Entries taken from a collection
****************

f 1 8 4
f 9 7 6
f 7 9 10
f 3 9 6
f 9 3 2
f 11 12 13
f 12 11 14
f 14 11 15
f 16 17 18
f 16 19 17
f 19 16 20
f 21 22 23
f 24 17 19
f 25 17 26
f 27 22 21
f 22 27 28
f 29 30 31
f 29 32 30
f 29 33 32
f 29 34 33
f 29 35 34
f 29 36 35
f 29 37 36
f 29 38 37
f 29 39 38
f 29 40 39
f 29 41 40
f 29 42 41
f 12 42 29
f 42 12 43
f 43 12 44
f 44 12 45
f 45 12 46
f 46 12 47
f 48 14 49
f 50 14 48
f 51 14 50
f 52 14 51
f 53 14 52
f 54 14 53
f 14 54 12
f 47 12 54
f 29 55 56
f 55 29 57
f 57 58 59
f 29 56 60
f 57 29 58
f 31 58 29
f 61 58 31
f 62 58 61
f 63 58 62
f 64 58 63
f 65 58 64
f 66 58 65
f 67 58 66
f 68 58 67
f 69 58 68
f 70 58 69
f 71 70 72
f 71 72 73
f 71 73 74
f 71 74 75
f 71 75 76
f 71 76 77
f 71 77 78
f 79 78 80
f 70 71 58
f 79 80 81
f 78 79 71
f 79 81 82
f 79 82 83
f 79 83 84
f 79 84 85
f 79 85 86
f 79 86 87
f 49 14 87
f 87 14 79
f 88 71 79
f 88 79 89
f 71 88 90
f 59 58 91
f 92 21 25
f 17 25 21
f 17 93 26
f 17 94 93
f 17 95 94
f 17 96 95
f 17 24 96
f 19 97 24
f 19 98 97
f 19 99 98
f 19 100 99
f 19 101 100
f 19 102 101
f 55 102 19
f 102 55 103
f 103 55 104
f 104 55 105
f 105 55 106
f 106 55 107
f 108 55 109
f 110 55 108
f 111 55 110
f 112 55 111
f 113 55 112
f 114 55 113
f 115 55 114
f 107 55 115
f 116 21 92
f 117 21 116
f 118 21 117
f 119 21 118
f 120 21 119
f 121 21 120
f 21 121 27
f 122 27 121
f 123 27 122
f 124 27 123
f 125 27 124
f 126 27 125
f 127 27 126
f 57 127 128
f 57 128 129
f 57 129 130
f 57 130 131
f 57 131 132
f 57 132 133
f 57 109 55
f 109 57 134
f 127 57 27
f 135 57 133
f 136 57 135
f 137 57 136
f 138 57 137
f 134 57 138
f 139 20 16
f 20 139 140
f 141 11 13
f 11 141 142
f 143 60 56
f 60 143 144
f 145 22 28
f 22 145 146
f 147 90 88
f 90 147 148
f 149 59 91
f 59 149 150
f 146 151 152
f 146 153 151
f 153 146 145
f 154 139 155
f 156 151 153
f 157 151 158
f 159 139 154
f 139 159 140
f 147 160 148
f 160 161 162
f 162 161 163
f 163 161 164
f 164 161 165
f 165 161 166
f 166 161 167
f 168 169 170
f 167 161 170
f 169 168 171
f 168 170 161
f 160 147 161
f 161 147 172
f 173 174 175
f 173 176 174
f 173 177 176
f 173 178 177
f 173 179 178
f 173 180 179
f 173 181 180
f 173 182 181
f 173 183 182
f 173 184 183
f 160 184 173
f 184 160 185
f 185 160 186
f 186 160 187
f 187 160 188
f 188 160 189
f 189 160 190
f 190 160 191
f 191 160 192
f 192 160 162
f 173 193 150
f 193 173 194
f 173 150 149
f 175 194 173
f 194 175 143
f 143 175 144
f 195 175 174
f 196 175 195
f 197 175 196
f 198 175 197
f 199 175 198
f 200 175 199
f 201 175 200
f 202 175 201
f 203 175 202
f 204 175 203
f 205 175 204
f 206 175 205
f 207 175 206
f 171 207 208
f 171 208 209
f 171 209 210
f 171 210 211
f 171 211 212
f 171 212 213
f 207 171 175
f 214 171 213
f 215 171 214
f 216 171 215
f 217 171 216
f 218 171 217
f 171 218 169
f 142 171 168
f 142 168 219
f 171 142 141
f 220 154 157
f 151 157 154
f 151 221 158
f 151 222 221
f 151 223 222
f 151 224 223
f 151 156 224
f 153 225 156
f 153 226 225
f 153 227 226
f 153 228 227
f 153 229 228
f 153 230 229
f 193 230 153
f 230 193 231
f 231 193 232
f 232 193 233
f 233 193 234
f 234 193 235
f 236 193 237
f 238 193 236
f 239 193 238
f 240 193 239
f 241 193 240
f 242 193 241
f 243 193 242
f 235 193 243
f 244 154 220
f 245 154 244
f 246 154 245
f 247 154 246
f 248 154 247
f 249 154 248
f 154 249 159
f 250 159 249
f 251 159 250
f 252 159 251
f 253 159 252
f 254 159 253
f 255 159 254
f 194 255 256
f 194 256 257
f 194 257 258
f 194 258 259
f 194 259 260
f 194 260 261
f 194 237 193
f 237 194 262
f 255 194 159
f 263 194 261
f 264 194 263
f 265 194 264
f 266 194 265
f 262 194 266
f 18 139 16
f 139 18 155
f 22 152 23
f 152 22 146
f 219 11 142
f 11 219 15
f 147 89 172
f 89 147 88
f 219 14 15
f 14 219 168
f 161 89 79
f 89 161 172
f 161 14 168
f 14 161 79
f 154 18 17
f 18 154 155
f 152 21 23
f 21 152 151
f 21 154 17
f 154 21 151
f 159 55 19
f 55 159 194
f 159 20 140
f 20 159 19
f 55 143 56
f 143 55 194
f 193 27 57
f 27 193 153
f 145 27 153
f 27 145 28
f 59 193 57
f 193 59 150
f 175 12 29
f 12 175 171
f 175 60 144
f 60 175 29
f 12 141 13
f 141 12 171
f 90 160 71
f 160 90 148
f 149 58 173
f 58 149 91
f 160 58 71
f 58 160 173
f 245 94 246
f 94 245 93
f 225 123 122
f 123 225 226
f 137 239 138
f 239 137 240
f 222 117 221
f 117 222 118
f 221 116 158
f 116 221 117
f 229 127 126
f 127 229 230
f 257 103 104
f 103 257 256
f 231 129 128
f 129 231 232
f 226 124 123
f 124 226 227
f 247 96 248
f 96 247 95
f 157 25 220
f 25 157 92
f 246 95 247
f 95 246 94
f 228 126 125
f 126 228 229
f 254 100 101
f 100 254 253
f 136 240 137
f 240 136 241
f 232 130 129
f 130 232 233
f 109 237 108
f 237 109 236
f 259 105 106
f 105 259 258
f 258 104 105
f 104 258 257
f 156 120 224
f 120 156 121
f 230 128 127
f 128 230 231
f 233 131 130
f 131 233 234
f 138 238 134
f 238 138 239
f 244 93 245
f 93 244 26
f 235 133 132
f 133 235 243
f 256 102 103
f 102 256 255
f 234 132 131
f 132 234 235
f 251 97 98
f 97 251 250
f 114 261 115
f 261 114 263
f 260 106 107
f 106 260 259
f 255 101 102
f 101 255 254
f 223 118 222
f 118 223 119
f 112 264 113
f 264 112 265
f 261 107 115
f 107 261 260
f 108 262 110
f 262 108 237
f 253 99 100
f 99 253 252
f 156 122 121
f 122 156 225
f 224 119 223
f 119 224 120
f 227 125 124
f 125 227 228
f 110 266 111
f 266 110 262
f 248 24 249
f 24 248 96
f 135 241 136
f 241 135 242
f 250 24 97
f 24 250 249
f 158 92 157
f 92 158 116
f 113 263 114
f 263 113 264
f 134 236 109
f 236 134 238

****************

Starting at the line above that holds "f 143 60 56" and ending at the line that holds "f 204 175 203", transcribe each line exactly and include no other lines.

f 143 60 56
f 60 143 144
f 145 22 28
f 22 145 146
f 147 90 88
f 90 147 148
f 149 59 91
f 59 149 150
f 146 151 152
f 146 153 151
f 153 146 145
f 154 139 155
f 156 151 153
f 157 151 158
f 159 139 154
f 139 159 140
f 147 160 148
f 160 161 162
f 162 161 163
f 163 161 164
f 164 161 165
f 165 161 166
f 166 161 167
f 168 169 170
f 167 161 170
f 169 168 171
f 168 170 161
f 160 147 161
f 161 147 172
f 173 174 175
f 173 176 174
f 173 177 176
f 173 178 177
f 173 179 178
f 173 180 179
f 173 181 180
f 173 182 181
f 173 183 182
f 173 184 183
f 160 184 173
f 184 160 185
f 185 160 186
f 186 160 187
f 187 160 188
f 188 160 189
f 189 160 190
f 190 160 191
f 191 160 192
f 192 160 162
f 173 193 150
f 193 173 194
f 173 150 149
f 175 194 173
f 194 175 143
f 143 175 144
f 195 175 174
f 196 175 195
f 197 175 196
f 198 175 197
f 199 175 198
f 200 175 199
f 201 175 200
f 202 175 201
f 203 175 202
f 204 175 203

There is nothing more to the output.